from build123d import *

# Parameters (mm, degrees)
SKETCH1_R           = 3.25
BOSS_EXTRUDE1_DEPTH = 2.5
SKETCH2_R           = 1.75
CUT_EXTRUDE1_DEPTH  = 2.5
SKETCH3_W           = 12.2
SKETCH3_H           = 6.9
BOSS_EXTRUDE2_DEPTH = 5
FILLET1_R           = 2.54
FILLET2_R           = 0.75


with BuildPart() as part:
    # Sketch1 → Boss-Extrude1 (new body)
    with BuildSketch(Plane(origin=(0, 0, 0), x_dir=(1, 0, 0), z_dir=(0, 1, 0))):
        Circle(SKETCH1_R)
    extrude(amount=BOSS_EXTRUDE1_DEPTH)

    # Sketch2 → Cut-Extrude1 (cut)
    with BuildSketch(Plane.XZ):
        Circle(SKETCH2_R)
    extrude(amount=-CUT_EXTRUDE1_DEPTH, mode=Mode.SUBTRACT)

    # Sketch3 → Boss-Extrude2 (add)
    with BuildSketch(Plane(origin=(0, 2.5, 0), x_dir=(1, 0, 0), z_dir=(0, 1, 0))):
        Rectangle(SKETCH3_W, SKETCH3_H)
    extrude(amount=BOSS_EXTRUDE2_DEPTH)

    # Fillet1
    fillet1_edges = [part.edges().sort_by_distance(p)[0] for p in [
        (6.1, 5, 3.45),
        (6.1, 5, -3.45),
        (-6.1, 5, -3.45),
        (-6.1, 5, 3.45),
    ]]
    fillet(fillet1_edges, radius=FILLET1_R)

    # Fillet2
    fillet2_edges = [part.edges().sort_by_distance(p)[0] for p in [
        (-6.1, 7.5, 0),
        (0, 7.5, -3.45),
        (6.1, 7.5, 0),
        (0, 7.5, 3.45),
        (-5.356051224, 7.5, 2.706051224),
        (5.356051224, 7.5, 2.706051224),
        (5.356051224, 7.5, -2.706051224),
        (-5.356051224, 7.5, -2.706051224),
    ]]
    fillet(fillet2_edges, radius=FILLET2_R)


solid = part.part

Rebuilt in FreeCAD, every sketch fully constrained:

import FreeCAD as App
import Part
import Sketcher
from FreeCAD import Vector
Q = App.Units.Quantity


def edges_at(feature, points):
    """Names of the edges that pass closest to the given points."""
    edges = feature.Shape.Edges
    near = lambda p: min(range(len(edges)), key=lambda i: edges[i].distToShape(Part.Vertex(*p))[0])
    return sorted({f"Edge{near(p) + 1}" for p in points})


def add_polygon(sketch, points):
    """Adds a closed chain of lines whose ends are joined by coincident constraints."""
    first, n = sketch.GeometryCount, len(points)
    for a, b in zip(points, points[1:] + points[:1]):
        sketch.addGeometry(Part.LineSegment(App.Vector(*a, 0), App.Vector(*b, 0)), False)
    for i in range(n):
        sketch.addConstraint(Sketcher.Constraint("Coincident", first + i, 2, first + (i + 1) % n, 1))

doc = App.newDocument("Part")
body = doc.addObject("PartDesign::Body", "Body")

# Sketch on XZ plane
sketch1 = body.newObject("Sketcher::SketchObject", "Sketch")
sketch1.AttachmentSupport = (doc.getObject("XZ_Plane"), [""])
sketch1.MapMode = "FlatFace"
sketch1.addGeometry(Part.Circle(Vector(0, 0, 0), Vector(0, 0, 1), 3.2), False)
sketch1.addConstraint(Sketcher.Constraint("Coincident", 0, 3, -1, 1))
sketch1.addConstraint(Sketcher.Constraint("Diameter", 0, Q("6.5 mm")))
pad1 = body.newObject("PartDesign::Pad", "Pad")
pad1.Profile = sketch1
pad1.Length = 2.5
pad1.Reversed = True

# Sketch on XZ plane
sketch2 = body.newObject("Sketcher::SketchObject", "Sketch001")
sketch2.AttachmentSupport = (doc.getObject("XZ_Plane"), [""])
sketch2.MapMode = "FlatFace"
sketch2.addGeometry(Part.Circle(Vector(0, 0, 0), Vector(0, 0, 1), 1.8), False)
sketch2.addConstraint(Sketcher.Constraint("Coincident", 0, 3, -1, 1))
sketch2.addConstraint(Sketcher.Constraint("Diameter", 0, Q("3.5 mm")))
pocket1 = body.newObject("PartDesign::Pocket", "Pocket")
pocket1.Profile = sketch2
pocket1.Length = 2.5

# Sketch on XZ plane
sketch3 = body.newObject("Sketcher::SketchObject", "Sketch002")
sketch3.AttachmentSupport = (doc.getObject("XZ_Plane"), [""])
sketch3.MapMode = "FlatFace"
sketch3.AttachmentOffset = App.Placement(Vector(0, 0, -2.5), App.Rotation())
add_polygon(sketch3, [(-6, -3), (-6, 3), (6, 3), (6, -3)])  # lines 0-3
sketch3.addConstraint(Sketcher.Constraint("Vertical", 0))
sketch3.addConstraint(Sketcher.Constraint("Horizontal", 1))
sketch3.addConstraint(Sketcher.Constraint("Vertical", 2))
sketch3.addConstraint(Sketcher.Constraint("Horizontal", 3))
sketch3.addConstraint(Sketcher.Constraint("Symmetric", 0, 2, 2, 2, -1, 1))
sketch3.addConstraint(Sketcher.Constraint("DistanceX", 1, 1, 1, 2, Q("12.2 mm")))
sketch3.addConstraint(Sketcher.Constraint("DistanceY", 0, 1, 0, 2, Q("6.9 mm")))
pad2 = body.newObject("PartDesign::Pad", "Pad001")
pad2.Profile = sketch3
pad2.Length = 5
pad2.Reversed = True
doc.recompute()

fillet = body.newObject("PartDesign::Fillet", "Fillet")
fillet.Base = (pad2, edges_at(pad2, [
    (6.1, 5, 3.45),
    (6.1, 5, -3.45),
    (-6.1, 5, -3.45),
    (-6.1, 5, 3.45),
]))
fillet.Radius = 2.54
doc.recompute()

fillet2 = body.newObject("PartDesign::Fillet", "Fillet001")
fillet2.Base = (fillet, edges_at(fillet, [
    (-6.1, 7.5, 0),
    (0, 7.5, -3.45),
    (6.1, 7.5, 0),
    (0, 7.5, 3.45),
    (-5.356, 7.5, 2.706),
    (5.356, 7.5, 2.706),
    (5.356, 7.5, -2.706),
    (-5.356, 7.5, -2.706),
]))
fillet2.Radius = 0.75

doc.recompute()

************

Try it:
The records above should be restated word for word in their entirety.

Response for this exercise:
from build123d import *

# Parameters (mm, degrees)
SKETCH1_R           = 3.25
BOSS_EXTRUDE1_DEPTH = 2.5
SKETCH2_R           = 1.75
CUT_EXTRUDE1_DEPTH  = 2.5
SKETCH3_W           = 12.2
SKETCH3_H           = 6.9
BOSS_EXTRUDE2_DEPTH = 5
FILLET1_R           = 2.54
FILLET2_R           = 0.75


with BuildPart() as part:
    # Sketch1 → Boss-Extrude1 (new body)
    with BuildSketch(Plane(origin=(0, 0, 0), x_dir=(1, 0, 0), z_dir=(0, 1, 0))):
        Circle(SKETCH1_R)
    extrude(amount=BOSS_EXTRUDE1_DEPTH)

    # Sketch2 → Cut-Extrude1 (cut)
    with BuildSketch(Plane.XZ):
        Circle(SKETCH2_R)
    extrude(amount=-CUT_EXTRUDE1_DEPTH, mode=Mode.SUBTRACT)

    # Sketch3 → Boss-Extrude2 (add)
    with BuildSketch(Plane(origin=(0, 2.5, 0), x_dir=(1, 0, 0), z_dir=(0, 1, 0))):
        Rectangle(SKETCH3_W, SKETCH3_H)
    extrude(amount=BOSS_EXTRUDE2_DEPTH)

    # Fillet1
    fillet1_edges = [part.edges().sort_by_distance(p)[0] for p in [
        (6.1, 5, 3.45),
        (6.1, 5, -3.45),
        (-6.1, 5, -3.45),
        (-6.1, 5, 3.45),
    ]]
    fillet(fillet1_edges, radius=FILLET1_R)

    # Fillet2
    fillet2_edges = [part.edges().sort_by_distance(p)[0] for p in [
        (-6.1, 7.5, 0),
        (0, 7.5, -3.45),
        (6.1, 7.5, 0),
        (0, 7.5, 3.45),
        (-5.356051224, 7.5, 2.706051224),
        (5.356051224, 7.5, 2.706051224),
        (5.356051224, 7.5, -2.706051224),
        (-5.356051224, 7.5, -2.706051224),
    ]]
    fillet(fillet2_edges, radius=FILLET2_R)


solid = part.part

Rebuilt in FreeCAD, every sketch fully constrained:

import FreeCAD as App
import Part
import Sketcher
from FreeCAD import Vector
Q = App.Units.Quantity


def edges_at(feature, points):
    """Names of the edges that pass closest to the given points."""
    edges = feature.Shape.Edges
    near = lambda p: min(range(len(edges)), key=lambda i: edges[i].distToShape(Part.Vertex(*p))[0])
    return sorted({f"Edge{near(p) + 1}" for p in points})


def add_polygon(sketch, points):
    """Adds a closed chain of lines whose ends are joined by coincident constraints."""
    first, n = sketch.GeometryCount, len(points)
    for a, b in zip(points, points[1:] + points[:1]):
        sketch.addGeometry(Part.LineSegment(App.Vector(*a, 0), App.Vector(*b, 0)), False)
    for i in range(n):
        sketch.addConstraint(Sketcher.Constraint("Coincident", first + i, 2, first + (i + 1) % n, 1))

doc = App.newDocument("Part")
body = doc.addObject("PartDesign::Body", "Body")

# Sketch on XZ plane
sketch1 = body.newObject("Sketcher::SketchObject", "Sketch")
sketch1.AttachmentSupport = (doc.getObject("XZ_Plane"), [""])
sketch1.MapMode = "FlatFace"
sketch1.addGeometry(Part.Circle(Vector(0, 0, 0), Vector(0, 0, 1), 3.2), False)
sketch1.addConstraint(Sketcher.Constraint("Coincident", 0, 3, -1, 1))
sketch1.addConstraint(Sketcher.Constraint("Diameter", 0, Q("6.5 mm")))
pad1 = body.newObject("PartDesign::Pad", "Pad")
pad1.Profile = sketch1
pad1.Length = 2.5
pad1.Reversed = True

# Sketch on XZ plane
sketch2 = body.newObject("Sketcher::SketchObject", "Sketch001")
sketch2.AttachmentSupport = (doc.getObject("XZ_Plane"), [""])
sketch2.MapMode = "FlatFace"
sketch2.addGeometry(Part.Circle(Vector(0, 0, 0), Vector(0, 0, 1), 1.8), False)
sketch2.addConstraint(Sketcher.Constraint("Coincident", 0, 3, -1, 1))
sketch2.addConstraint(Sketcher.Constraint("Diameter", 0, Q("3.5 mm")))
pocket1 = body.newObject("PartDesign::Pocket", "Pocket")
pocket1.Profile = sketch2
pocket1.Length = 2.5

# Sketch on XZ plane
sketch3 = body.newObject("Sketcher::SketchObject", "Sketch002")
sketch3.AttachmentSupport = (doc.getObject("XZ_Plane"), [""])
sketch3.MapMode = "FlatFace"
sketch3.AttachmentOffset = App.Placement(Vector(0, 0, -2.5), App.Rotation())
add_polygon(sketch3, [(-6, -3), (-6, 3), (6, 3), (6, -3)])  # lines 0-3
sketch3.addConstraint(Sketcher.Constraint("Vertical", 0))
sketch3.addConstraint(Sketcher.Constraint("Horizontal", 1))
sketch3.addConstraint(Sketcher.Constraint("Vertical", 2))
sketch3.addConstraint(Sketcher.Constraint("Horizontal", 3))
sketch3.addConstraint(Sketcher.Constraint("Symmetric", 0, 2, 2, 2, -1, 1))
sketch3.addConstraint(Sketcher.Constraint("DistanceX", 1, 1, 1, 2, Q("12.2 mm")))
sketch3.addConstraint(Sketcher.Constraint("DistanceY", 0, 1, 0, 2, Q("6.9 mm")))
pad2 = body.newObject("PartDesign::Pad", "Pad001")
pad2.Profile = sketch3
pad2.Length = 5
pad2.Reversed = True
doc.recompute()

fillet = body.newObject("PartDesign::Fillet", "Fillet")
fillet.Base = (pad2, edges_at(pad2, [
    (6.1, 5, 3.45),
    (6.1, 5, -3.45),
    (-6.1, 5, -3.45),
    (-6.1, 5, 3.45),
]))
fillet.Radius = 2.54
doc.recompute()

fillet2 = body.newObject("PartDesign::Fillet", "Fillet001")
fillet2.Base = (fillet, edges_at(fillet, [
    (-6.1, 7.5, 0),
    (0, 7.5, -3.45),
    (6.1, 7.5, 0),
    (0, 7.5, 3.45),
    (-5.356, 7.5, 2.706),
    (5.356, 7.5, 2.706),
    (5.356, 7.5, -2.706),
    (-5.356, 7.5, -2.706),
]))
fillet2.Radius = 0.75

doc.recompute()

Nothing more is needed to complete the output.